Мы снова отправляемся гулять и гуляем до вечера, после чего идем в Оперу, сохраняя на лице маски, потому что театр маленький и нас могут узнать. К. К. уверена, что ей нельзя будет больше выйти, если ее отец узнает, что она развлекалась таким образом.
Мы были удивлены, не видя П. К… У нас слева был маркиз де Монталлегре, посол Испании, с м-ль Бола, своей любовницей, а справа — две маски, мужчина и женщина, которые, как и мы, не снимали своих масок. Они все время поглядывали на нас, но К. К., которая сидела к ним спиной, не могла их узнать. Во время балета она положила на ограждение ложи либретто оперы, и я увидел, что мужчина протянул руку и взял его. Решив, что это может быть только кто-то, кто знает одного из нас, я указал на него К. К., которая узнала своего брата. Дама могла быть только К. Зная номер ложи, он купил такую же рядом, и я предвидел, что он пригласит свою сестру ужинать с этой дамой. Я был раздосадован, но не мог избежать этого, не прерывая отношений; Я был влюблен.
После второго балета он пришел в нашу ложу со своей красоткой, и, после дежурных комплиментов, знакомство состоялось; мы должны были пойти ужинать в его клуб.
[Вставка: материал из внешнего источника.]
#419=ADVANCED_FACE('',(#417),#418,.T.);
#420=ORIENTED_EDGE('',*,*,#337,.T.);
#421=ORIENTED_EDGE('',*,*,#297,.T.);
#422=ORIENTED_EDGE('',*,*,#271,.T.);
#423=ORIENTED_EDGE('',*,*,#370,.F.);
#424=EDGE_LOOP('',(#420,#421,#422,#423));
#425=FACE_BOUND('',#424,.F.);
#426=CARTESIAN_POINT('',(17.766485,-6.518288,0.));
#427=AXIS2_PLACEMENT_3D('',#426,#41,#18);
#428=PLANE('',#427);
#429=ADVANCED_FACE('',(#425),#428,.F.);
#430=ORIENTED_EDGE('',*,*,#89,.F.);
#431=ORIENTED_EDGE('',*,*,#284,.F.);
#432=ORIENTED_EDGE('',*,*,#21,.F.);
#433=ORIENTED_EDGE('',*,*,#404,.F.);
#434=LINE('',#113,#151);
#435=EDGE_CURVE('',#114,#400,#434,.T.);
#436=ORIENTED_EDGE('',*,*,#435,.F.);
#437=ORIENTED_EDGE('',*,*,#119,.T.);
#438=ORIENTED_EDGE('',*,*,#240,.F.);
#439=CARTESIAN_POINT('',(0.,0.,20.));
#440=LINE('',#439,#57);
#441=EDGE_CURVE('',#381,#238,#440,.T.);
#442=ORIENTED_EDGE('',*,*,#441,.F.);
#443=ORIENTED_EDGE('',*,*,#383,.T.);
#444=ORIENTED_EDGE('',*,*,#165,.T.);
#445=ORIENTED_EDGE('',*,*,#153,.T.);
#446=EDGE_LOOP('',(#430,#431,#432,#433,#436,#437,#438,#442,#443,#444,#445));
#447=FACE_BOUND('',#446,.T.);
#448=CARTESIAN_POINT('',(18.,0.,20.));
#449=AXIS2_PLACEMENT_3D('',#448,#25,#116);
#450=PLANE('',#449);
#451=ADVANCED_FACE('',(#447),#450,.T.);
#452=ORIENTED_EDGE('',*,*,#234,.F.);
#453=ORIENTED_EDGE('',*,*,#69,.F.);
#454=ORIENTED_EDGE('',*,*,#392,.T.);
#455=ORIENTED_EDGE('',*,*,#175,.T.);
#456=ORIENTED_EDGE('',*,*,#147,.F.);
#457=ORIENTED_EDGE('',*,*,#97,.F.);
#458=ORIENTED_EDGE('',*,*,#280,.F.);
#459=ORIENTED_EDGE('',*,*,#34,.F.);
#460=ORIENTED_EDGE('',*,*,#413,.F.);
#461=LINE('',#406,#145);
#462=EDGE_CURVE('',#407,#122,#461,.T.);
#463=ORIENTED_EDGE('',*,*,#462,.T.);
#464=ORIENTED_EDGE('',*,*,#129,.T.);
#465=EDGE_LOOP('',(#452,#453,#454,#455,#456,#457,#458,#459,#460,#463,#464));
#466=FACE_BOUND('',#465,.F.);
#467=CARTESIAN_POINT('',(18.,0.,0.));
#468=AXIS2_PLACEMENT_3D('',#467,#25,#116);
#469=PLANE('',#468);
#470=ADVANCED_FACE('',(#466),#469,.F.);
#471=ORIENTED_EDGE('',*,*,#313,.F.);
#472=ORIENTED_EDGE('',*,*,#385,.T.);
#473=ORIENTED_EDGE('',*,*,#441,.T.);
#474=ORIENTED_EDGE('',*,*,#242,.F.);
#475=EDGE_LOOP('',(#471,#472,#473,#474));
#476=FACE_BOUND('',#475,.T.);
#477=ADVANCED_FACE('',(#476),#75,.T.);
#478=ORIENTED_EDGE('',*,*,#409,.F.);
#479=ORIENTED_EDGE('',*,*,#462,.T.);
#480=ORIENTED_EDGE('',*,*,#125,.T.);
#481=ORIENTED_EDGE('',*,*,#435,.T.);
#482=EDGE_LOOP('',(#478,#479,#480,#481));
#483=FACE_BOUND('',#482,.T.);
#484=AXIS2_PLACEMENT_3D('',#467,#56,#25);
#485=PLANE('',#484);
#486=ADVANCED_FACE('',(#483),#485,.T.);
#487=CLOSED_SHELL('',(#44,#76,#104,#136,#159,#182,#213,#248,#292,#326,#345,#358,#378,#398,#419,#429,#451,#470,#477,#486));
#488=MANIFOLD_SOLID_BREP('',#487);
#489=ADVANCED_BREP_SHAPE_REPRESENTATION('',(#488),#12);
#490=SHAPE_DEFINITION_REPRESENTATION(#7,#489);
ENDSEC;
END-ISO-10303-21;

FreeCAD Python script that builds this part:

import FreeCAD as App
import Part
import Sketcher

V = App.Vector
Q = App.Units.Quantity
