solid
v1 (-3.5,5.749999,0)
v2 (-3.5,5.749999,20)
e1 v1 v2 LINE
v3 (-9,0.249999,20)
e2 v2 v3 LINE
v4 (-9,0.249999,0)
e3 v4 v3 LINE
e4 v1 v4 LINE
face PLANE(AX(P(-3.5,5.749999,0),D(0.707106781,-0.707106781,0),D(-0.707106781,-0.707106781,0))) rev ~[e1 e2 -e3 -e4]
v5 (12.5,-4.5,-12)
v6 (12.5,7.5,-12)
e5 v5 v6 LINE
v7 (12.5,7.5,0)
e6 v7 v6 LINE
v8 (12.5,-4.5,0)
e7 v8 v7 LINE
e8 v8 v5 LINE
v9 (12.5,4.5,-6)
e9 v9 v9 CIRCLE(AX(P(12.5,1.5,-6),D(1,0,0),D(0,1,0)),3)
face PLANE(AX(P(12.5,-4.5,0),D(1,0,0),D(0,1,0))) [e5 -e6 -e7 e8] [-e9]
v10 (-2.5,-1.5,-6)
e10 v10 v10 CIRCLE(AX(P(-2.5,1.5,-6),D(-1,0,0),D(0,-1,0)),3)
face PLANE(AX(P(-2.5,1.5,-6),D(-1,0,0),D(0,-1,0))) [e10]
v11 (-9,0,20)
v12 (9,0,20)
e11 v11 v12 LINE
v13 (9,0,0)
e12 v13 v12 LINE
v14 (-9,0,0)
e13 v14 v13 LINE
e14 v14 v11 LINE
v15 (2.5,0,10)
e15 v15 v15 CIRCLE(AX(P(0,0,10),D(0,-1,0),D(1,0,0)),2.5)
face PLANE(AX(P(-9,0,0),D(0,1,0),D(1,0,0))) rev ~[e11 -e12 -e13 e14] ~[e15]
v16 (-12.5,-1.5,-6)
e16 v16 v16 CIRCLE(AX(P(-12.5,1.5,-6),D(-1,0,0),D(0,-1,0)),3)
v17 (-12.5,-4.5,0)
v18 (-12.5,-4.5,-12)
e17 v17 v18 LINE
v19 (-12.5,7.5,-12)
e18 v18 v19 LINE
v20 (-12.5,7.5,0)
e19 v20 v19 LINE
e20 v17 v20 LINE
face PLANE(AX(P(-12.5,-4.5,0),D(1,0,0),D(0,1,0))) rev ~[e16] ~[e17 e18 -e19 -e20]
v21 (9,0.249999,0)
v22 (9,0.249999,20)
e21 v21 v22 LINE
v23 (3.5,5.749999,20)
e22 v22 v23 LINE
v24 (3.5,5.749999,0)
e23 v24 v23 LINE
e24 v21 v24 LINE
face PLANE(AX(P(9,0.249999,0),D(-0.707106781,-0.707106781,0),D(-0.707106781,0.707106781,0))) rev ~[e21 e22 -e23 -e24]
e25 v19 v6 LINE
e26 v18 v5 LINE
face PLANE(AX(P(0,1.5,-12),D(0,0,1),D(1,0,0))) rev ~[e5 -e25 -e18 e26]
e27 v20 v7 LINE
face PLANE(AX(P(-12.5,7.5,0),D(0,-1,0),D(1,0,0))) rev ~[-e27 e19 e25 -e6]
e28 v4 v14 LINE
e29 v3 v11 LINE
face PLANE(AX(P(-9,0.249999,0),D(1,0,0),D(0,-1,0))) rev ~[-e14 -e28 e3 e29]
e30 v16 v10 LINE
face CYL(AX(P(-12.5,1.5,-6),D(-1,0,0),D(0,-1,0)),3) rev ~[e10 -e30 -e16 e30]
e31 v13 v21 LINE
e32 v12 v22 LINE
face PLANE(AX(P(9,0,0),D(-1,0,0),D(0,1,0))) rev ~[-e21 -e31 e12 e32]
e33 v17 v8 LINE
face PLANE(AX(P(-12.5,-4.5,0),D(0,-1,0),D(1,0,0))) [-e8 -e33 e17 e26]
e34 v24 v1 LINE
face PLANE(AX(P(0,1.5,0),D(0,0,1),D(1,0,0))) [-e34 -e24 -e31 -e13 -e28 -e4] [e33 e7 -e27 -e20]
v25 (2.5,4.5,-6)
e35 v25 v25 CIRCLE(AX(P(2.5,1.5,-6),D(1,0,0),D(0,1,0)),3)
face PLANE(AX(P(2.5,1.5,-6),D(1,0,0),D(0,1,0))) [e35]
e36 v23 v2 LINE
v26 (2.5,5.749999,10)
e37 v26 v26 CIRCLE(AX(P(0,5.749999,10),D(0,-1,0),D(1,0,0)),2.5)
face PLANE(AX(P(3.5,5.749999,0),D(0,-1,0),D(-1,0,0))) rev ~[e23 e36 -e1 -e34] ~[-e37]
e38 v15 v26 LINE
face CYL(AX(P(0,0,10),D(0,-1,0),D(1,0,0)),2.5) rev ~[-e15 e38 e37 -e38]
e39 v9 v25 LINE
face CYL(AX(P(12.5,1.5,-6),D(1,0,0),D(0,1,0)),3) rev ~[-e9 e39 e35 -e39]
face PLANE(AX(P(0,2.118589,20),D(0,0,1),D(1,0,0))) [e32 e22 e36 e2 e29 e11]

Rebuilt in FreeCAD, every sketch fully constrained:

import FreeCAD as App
import Part
import Sketcher
Q = App.Units.Quantity


def add_polygon(sketch, points):
    """Adds a closed chain of lines whose ends are joined by coincident constraints."""
    first, n = sketch.GeometryCount, len(points)
    for a, b in zip(points, points[1:] + points[:1]):
        sketch.addGeometry(Part.LineSegment(App.Vector(*a, 0), App.Vector(*b, 0)), False)
    for i in range(n):
        sketch.addConstraint(Sketcher.Constraint("Coincident", first + i, 2, first + (i + 1) % n, 1))

doc = App.newDocument("Part")
body = doc.addObject("PartDesign::Body", "Body")

# Sketch on XY plane
sketch1 = doc.addObject("Sketcher::SketchObject", "Sketch")
body.addObject(sketch1)
sketch1.AttachmentSupport = (doc.XY_Plane, [""])
sketch1.MapMode = "FlatFace"
add_polygon(sketch1, [(-9, 0), (9, 0), (9, 0.25), (3.5, 5.75), (-3.5, 5.75), (-9, 0.25)])  # lines 0-5
sketch1.addConstraint([
    Sketcher.Constraint("Horizontal", 0),
    Sketcher.Constraint("Vertical", 1),
    Sketcher.Constraint("Horizontal", 3),
    Sketcher.Constraint("Vertical", 5),
    Sketcher.Constraint("Symmetric", 0, 2, 5, 2, -1, 1),
    Sketcher.Constraint("Perpendicular", 2, 4),
    Sketcher.Constraint("Horizontal", 1, 2, 4, 2),
    Sketcher.Constraint("Equal", 2, 4),
    Sketcher.Constraint("DistanceX", 0, 1, 0, 2, Q("18 mm")),
    Sketcher.Constraint("DistanceX", 3, 2, 3, 1, Q("7 mm")),
    Sketcher.Constraint("DistanceY", 1, 1, 1, 2, Q("0.249999 mm")),
])
pad1 = doc.addObject("PartDesign::Pad", "Pad")
body.addObject(pad1)
pad1.Profile = sketch1
pad1.Length = 20

# Sketch on XY plane
sketch2 = doc.addObject("Sketcher::SketchObject", "Sketch001")
body.addObject(sketch2)
sketch2.AttachmentSupport = (doc.XY_Plane, [""])
sketch2.MapMode = "FlatFace"
add_polygon(sketch2, [(-12, 8), (-12, -4), (12, -4), (12, 8)])  # lines 0-3
sketch2.addConstraint([
    Sketcher.Constraint("Vertical", 0),
    Sketcher.Constraint("Horizontal", 1),
    Sketcher.Constraint("Vertical", 2),
    Sketcher.Constraint("Horizontal", 3),
    Sketcher.Constraint("DistanceX", 1, 1, 1, 2, Q("25 mm")),
    Sketcher.Constraint("DistanceY", 0, 2, 0, 1, Q("12 mm")),
    Sketcher.Constraint("DistanceX", 0, 2, -1, 1, Q("12.5 mm")),
    Sketcher.Constraint("DistanceY", 0, 2, -1, 1, Q("4.5 mm")),
])
pad2 = doc.addObject("PartDesign::Pad", "Pad001")
body.addObject(pad2)
pad2.Profile = sketch2
pad2.Length = 12
pad2.Reversed = True

# Sketch on YZ plane
sketch3 = doc.addObject("Sketcher::SketchObject", "Sketch002")
body.addObject(sketch3)
sketch3.AttachmentSupport = (doc.YZ_Plane, [""])
sketch3.MapMode = "FlatFace"
sketch3.AttachmentOffset = App.Placement(App.Vector(0, 0, 12.5), App.Rotation())
sketch3.addGeometry(Part.Circle(App.Vector(1.5, -6, 0), App.Vector(0, 0, 1), 3), False)
sketch3.addConstraint([
    Sketcher.Constraint("Diameter", 0, Q("6 mm")),
    Sketcher.Constraint("DistanceY", 0, 3, -1, 1, Q("6 mm")),
    Sketcher.Constraint("DistanceX", -1, 1, 0, 3, Q("1.5 mm")),
])
pocket1 = doc.addObject("PartDesign::Pocket", "Pocket")
body.addObject(pocket1)
pocket1.Profile = sketch3
pocket1.Length = 10

# Sketch on YZ plane
sketch4 = doc.addObject("Sketcher::SketchObject", "Sketch003")
body.addObject(sketch4)
sketch4.AttachmentSupport = (doc.YZ_Plane, [""])
sketch4.MapMode = "FlatFace"
sketch4.AttachmentOffset = App.Placement(App.Vector(0, 0, -12.5), App.Rotation())
sketch4.addGeometry(Part.Circle(App.Vector(1.5, -6, 0), App.Vector(0, 0, 1), 3), False)
sketch4.addConstraint([
    Sketcher.Constraint("Diameter", 0, Q("6 mm")),
    Sketcher.Constraint("DistanceY", 0, 3, -1, 1, Q("6 mm")),
    Sketcher.Constraint("DistanceX", -1, 1, 0, 3, Q("1.5 mm")),
])
pocket2 = doc.addObject("PartDesign::Pocket", "Pocket001")
body.addObject(pocket2)
pocket2.Profile = sketch4
pocket2.Length = 10
pocket2.Reversed = True

# Sketch on XZ plane
sketch5 = doc.addObject("Sketcher::SketchObject", "Sketch004")
body.addObject(sketch5)
sketch5.AttachmentSupport = (doc.XZ_Plane, [""])
sketch5.MapMode = "FlatFace"
sketch5.addGeometry(Part.Circle(App.Vector(0, 10, 0), App.Vector(0, 0, 1), 2.5), False)
sketch5.addConstraint([
    Sketcher.Constraint("PointOnObject", 0, 3, -2),
    Sketcher.Constraint("Diameter", 0, Q("5 mm")),
    Sketcher.Constraint("DistanceY", -1, 1, 0, 3, Q("10 mm")),
])
pocket3 = doc.addObject("PartDesign::Pocket", "Pocket002")
body.addObject(pocket3)
pocket3.Profile = sketch5
pocket3.Length = 25

doc.recompute()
После того, как мы освободились от маскарадного одеяния, дамы обнялись, и К. осыпала комплиментами внешность моего ангела. За столом она держалась очень любезно и та, не имея опыта светского общения, демонстрировала бесконечное уважение. Я видел однако, что К., несмотря на свое искусство, очень ревнует к юным прелестям, которые я предпочел ее собственным. П. К., глупо веселясь, не сдерживался в своих плоских остротах, которым смеялась лишь его дама; пребывая в дурном настроении, я оставался серьезен, и К. К., ничего не понимая, ничего и не говорила. Наша вечеринка протекала очень тоскливо.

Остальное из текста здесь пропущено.